Grâce aux actions de prévention et de mobilisation, notamment au moment d'Octobre rose, une femme sur deux en France fait le choix de se faire dépister du cancer du sein. Comment comprendre ce résultat ? Faut-il s'en réjouir ? Il est en réalité ambivalent.
C'est beaucoup d'une certaine façon et cela a permis de sauver de nombreuses vies. En effet, la mortalité liée au cancer du sein a diminué de 20 %. Cependant, la marge de progression est encore immense. Et le chemin s'avère encore très long pour le cancer le plus fréquent et le plus meurtrier chez les femmes, avec 58 500 nouveaux cas par ans. Si des progrès sont constatés d'année en année sur la prévention et le dépistage du cancer du sein, le volet lié au soin, à la guérison, celui de "l'après cancer" ne doit pas être négligé ou oublié.
Car il y a bien un "après"... Après l'annonce du cancer, après la première chimiothérapie, après la radiothérapie, après les opérations. Et cet "après" qui change définitivement la vie des patientes, doit se préparer dès le diagnostic et se discuter dans le bureau de l'oncologue et ensuite du chirurgien.
Les nouveaux traitements, rendus possible grâce à la recherche, n'ont cessé de s'améliorer. Mais aujourd'hui, ils restent encore invasifs, avec de nombreuses conséquences et séquelles parfois sur le long terme : manque d'élasticité de la peau, problème lié à une sexualité épanouie, rapport au corps plus compliqué, regard des autres plus difficile à accepter...
Idem concernant la chirurgie réparatrice après une mastectomie. Elle n'est pas la norme et peut parfois se faire en deux, trois, voire quatre opérations. Pour les femmes qui choisissent la reconstruction de leur sein, cette étape "d'entre deux" peut durer des mois, parfois des années entre la mastectomie et la décision de "reconstruire". C'est donc tout le rapport aux autres, le rapport à soi aussi qui est ainsi bouleversé, questionné après le traitement d'un cancer, après les chirurgies réparatrices.

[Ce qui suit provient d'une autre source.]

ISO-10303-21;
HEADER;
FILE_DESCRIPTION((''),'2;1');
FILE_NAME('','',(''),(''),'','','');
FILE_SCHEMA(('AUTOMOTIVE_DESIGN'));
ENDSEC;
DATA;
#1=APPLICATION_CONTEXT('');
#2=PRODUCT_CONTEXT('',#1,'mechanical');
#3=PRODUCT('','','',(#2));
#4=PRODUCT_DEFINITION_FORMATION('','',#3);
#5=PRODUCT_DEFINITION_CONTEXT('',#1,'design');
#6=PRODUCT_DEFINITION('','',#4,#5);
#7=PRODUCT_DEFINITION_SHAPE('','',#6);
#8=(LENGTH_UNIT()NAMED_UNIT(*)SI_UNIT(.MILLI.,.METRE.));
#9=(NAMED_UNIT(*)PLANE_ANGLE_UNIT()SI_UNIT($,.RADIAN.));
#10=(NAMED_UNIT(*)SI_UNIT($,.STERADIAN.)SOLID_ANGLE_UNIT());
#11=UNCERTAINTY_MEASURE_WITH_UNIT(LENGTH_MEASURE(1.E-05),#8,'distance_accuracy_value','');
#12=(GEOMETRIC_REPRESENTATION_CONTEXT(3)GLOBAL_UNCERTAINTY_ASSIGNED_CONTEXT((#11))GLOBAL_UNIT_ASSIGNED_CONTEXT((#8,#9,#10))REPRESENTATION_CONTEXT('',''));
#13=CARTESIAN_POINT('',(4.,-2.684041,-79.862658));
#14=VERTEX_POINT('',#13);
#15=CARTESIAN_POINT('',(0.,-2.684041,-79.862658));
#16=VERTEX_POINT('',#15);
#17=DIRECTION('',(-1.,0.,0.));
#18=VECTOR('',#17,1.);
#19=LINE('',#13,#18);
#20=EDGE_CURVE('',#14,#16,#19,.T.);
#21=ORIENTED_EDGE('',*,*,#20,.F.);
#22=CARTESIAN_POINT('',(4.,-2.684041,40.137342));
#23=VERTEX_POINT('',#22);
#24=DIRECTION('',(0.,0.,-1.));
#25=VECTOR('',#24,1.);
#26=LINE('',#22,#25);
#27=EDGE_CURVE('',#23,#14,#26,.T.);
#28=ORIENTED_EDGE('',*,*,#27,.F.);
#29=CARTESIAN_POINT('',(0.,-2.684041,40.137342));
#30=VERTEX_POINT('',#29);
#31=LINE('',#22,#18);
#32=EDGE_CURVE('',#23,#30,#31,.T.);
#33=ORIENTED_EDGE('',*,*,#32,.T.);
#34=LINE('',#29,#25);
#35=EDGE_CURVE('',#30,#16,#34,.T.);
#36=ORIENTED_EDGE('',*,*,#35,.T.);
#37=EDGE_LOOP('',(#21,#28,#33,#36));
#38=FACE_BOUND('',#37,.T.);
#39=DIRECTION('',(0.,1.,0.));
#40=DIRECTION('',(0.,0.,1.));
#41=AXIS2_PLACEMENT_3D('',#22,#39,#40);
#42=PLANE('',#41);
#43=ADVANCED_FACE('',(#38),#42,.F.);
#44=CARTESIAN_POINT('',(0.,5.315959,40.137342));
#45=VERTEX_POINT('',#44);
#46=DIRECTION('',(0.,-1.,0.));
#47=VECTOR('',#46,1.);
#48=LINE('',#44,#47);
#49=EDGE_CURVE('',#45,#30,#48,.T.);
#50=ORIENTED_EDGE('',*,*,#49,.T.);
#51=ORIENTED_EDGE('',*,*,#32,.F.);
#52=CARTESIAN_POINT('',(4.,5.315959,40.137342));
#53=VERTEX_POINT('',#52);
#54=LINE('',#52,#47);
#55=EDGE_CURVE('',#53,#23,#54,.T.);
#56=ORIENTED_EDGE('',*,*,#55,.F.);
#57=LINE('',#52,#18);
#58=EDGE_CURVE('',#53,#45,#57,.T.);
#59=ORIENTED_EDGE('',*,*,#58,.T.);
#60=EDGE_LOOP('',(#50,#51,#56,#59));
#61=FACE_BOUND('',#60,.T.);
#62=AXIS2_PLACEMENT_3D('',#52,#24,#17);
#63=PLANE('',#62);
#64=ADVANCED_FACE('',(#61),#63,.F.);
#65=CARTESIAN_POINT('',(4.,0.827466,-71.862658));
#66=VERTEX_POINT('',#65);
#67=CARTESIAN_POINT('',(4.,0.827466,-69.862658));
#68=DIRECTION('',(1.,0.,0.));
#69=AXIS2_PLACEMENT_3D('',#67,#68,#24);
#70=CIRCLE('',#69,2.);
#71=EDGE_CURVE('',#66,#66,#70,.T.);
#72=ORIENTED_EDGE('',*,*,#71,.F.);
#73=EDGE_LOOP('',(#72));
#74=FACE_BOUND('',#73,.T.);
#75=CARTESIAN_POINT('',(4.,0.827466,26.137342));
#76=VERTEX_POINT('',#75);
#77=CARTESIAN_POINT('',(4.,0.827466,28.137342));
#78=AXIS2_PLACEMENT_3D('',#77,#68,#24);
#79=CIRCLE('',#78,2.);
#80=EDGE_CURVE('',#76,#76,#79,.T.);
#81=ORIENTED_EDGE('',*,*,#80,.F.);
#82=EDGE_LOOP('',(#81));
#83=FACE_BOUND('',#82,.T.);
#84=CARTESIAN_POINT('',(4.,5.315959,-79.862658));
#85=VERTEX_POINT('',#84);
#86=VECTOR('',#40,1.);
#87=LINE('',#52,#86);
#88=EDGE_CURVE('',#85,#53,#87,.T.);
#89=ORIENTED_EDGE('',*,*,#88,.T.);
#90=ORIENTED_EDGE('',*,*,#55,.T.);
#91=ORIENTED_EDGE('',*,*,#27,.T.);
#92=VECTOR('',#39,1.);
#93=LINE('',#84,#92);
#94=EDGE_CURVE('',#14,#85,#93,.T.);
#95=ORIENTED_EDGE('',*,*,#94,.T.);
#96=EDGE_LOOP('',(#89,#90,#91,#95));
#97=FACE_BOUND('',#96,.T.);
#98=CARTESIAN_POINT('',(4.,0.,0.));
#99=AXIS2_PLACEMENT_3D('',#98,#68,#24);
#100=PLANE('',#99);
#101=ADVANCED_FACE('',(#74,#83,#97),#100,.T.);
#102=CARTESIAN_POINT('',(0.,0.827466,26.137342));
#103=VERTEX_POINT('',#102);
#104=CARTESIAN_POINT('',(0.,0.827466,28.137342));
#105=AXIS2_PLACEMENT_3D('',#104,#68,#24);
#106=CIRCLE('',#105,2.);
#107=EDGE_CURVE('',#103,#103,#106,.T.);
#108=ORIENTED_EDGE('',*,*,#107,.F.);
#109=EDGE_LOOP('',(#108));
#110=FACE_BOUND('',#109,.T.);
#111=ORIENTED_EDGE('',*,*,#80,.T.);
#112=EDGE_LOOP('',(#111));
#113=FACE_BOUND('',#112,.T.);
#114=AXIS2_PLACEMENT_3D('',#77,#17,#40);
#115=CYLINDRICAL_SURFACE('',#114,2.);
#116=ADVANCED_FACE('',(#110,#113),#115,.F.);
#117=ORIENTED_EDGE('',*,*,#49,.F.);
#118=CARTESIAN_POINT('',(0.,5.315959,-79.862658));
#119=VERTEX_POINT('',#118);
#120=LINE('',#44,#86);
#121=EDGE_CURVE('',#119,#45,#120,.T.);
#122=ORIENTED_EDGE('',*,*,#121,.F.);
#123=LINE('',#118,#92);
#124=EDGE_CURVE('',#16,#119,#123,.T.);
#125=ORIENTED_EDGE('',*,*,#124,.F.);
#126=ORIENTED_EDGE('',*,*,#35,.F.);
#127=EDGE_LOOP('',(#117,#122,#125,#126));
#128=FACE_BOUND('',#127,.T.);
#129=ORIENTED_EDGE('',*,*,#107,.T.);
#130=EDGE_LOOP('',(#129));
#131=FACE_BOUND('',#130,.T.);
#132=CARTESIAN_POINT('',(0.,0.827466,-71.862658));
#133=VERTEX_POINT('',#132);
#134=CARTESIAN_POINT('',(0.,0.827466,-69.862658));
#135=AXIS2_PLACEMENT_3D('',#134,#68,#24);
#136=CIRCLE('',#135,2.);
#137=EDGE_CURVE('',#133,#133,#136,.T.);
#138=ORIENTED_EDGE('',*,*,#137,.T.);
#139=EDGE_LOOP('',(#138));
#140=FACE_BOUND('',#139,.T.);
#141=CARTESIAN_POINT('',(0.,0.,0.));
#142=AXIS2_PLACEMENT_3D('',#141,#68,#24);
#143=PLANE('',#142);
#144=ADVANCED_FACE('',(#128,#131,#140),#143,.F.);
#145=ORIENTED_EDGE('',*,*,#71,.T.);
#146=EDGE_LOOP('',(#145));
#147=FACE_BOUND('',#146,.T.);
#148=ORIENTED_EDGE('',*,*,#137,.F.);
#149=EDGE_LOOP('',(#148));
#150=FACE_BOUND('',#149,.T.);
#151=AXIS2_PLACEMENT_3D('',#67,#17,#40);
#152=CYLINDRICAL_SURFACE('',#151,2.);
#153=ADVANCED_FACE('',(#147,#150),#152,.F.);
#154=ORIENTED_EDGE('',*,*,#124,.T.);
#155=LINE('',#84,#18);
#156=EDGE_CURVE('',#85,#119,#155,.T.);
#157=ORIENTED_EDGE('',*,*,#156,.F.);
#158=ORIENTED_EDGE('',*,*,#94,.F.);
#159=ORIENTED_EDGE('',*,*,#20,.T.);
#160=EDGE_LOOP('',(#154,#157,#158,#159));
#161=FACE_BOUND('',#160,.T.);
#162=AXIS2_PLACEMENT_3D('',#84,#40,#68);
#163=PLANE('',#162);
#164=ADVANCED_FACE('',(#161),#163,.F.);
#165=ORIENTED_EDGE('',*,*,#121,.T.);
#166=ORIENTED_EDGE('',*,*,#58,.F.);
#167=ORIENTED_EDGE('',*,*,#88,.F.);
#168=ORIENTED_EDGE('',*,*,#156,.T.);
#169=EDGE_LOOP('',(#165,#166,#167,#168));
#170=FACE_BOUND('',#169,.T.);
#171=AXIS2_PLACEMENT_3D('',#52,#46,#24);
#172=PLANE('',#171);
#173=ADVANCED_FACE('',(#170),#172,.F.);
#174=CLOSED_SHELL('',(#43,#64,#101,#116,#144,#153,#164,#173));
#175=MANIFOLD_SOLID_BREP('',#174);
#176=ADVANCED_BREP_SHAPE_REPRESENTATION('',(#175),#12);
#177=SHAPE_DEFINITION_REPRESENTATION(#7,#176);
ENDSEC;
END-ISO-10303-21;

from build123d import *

# Parameters (mm, degrees)
SKETCH1_W           = 120
SKETCH1_H           = 8
SKETCH1_R           = 2
BOSS_EXTRUDE1_DEPTH = 4


with BuildPart() as part:
    # Sketch1 → Boss-Extrude1 (new body)
    with BuildSketch(Plane(origin=(0, 0, 0), x_dir=(0, 0, -1), z_dir=(1, 0, 0))):
        with Locations((19.862658316, 1.315958677)):
            Rectangle(SKETCH1_W, SKETCH1_H)
        with Locations((-28.137341684, 0.827466255)):
            Circle(SKETCH1_R, mode=Mode.SUBTRACT)
        with Locations((69.862658316, 0.827466255)):
            Circle(SKETCH1_R, mode=Mode.SUBTRACT)
    extrude(amount=BOSS_EXTRUDE1_DEPTH)


solid = part.part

Aujourd'hui pourtant, de nombreuses femmes demeurent dans l'ignorance face aux solutions qui pourraient se présenter à elles à l'issue d'une mastectomie. Peu de femmes consultent même un chirurgien de peur de souffrir et dans la méconnaissance des progrès dans le domaine.
Toute cette préparation de l'"après" est donc essentielle et doit commencer le plus tôt possible. Il est d'ailleurs plus simple à envisager dans un centre dédié pluridisciplinaire. Cette phase de préparation émotionnelle, physique, sociale et psychologique "de l'après" ne peut être que co-construite entre l'équipe médicale et la patiente.

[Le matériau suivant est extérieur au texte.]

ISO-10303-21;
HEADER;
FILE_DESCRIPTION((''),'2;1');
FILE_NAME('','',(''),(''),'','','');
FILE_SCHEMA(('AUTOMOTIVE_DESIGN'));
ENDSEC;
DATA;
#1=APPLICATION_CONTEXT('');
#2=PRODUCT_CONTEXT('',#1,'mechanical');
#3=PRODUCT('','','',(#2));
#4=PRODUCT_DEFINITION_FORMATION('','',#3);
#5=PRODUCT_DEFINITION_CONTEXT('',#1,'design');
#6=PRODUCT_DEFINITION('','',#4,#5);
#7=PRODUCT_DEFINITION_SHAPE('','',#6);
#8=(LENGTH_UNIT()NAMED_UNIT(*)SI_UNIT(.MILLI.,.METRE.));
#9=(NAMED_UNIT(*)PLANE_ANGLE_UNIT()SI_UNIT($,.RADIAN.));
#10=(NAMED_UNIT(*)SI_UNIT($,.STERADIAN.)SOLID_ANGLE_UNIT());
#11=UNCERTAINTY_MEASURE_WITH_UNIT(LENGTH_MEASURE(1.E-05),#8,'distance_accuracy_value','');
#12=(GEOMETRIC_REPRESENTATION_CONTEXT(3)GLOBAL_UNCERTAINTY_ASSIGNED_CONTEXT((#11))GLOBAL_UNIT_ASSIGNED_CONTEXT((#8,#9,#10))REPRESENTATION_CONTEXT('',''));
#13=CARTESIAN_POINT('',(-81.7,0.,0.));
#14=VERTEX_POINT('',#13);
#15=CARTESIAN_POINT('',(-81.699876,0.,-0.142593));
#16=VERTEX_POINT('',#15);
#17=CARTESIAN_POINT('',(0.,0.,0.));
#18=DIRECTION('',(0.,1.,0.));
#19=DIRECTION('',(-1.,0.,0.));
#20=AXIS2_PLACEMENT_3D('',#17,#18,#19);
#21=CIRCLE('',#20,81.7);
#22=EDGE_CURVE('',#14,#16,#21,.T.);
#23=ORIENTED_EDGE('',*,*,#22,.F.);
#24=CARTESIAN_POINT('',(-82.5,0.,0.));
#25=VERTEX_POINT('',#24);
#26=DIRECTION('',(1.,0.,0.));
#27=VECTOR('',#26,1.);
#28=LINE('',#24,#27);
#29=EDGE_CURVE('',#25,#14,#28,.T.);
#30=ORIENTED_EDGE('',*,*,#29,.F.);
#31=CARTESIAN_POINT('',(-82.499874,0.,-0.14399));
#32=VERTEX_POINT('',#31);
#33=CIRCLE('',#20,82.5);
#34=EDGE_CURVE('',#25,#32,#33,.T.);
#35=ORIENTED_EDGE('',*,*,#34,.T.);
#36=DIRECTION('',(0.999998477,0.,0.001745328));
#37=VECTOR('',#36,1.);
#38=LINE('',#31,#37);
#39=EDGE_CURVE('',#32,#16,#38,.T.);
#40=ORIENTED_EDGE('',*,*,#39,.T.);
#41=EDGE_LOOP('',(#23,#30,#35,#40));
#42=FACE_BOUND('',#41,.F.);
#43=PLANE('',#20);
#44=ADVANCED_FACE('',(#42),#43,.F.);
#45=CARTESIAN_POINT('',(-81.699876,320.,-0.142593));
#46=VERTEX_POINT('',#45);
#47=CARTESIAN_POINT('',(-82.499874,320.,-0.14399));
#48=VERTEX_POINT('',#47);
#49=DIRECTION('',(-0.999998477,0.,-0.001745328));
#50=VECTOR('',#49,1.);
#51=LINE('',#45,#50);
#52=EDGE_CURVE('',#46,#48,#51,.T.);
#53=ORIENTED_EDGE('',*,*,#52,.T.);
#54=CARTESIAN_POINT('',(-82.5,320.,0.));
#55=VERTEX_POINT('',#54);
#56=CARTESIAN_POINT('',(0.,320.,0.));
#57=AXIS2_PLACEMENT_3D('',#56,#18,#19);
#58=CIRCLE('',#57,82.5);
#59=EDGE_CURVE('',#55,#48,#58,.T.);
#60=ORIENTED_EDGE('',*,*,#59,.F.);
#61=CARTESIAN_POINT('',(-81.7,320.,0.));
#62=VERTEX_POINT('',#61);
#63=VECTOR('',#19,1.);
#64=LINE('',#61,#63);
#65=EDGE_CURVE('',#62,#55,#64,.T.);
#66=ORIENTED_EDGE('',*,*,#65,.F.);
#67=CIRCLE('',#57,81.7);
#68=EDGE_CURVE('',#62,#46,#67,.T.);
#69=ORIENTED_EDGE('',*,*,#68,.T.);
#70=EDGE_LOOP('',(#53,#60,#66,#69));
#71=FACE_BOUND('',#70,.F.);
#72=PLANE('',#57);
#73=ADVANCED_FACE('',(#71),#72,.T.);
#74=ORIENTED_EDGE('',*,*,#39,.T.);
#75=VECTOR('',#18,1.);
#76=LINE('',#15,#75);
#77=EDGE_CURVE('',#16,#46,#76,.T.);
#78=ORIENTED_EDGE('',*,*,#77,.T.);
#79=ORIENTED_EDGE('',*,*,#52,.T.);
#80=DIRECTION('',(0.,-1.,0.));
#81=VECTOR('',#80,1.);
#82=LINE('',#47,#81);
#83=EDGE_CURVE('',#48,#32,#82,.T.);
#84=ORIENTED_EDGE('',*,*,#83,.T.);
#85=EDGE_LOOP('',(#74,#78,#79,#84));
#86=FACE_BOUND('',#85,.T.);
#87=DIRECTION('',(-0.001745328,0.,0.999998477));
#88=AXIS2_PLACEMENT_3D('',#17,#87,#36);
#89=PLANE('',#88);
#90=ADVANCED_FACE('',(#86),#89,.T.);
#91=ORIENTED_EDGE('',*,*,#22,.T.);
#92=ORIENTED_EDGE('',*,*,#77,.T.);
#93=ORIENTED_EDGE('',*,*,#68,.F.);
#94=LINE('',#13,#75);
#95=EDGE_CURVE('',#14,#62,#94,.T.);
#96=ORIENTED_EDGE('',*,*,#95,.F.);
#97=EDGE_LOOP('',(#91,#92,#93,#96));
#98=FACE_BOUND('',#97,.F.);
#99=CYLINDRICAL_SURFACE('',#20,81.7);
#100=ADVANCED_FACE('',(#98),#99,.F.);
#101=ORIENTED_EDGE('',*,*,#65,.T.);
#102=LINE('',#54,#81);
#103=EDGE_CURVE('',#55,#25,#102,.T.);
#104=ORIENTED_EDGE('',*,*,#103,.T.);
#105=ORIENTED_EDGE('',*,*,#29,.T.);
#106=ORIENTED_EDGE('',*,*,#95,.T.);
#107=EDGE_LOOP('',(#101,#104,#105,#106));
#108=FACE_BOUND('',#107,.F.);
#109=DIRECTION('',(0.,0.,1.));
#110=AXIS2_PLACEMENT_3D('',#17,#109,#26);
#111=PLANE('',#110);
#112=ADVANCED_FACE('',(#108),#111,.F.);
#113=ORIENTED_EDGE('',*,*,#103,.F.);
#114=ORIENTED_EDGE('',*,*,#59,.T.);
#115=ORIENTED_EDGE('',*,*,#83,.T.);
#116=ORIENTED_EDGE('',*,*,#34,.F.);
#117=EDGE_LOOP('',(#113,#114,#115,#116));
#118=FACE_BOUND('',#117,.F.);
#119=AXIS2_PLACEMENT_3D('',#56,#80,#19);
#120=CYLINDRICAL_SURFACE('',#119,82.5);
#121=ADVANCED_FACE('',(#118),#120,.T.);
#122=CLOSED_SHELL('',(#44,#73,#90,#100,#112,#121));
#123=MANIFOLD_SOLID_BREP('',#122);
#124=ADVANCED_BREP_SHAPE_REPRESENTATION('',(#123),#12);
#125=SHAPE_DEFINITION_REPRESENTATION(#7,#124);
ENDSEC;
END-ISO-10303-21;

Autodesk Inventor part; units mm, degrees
ref_plane "YZ Plane" through (0, 0, 0) normal (1, 0, 0) x (0, 1, 0)
ref_plane "XZ Plane" through (0, 0, 0) normal (0, 1, 0) x (-1, 0, 0)
ref_plane "XY Plane" through (0, 0, 0) normal (0, 0, 1) x (1, 0, 0)
sketch "Sketch1" plane through (0, 0, 0) normal (0, 0, 1) x (1, 0, 0)
  line L0 (0, 0) -> (0, 320)
  line L1 (-81.7, 320) -> (-82.5, 320)
  line L2 (-82.5, 320) -> (-82.5, 0)
  line L3 (-82.5, 0) -> (-81.7, 0)
  line L4 (-81.7, 0) -> (-81.7, 320)
  line L5 (-81.7, 320) -> (-82.5, 0) construction
  line L6 (-82.5, 320) -> (-81.7, 0) construction
  point P0 (-82.1, 160)
  dimension "d0" = 320
  dimension "d1" = 0.8
  dimension "d2" = 165
revolve "Revolution1" add sketch "Sketch1" angle 359.9 about axis through (0, 0, 0) along (0, 1, 0)
equation "\"d1\" = Thickness"
equation "\"BendRadius\" = Thickness"
equation "\"BendReliefWidth\" = Thickness"
equation "\"BendReliefDepth\" = 0.5 * Thickness"
equation "\"CornerReliefSize\" = 4 * Thickness"
equation "\"MinimumRemnant\" = 2 * Thickness"
equation "\"TransitionRadius\" = BendRadius"
equation "\"JacobiRadiusSize\" = BendRadius"
equation "\"GapSize\" = Thickness"
equation "\"Thickness\" = 0.8"
properties part number "МОО 062 ракета тело" material "Stainless Steel"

Nous savons aujourd'hui à quel point les soins de kinésithérapie -notamment pour les difficultés à lever le bras -, des massages appliqués à la cicatrice, des cures thermales, l'écoute d'un sexologue, d'un psychologue sont utiles et nécessaires. L'approche la plus complète sera celle psychocorporelle, en somme une approche globale d'accompagnement.
Sensibilisons ainsi toutes les femmes pour donner une place plus forte à l'écoute, à la prise en compte de questionnements face à un corps qui a changé, répondre aux doutes inhérents à une féminité différente, qui doit donc être réinventée aussi.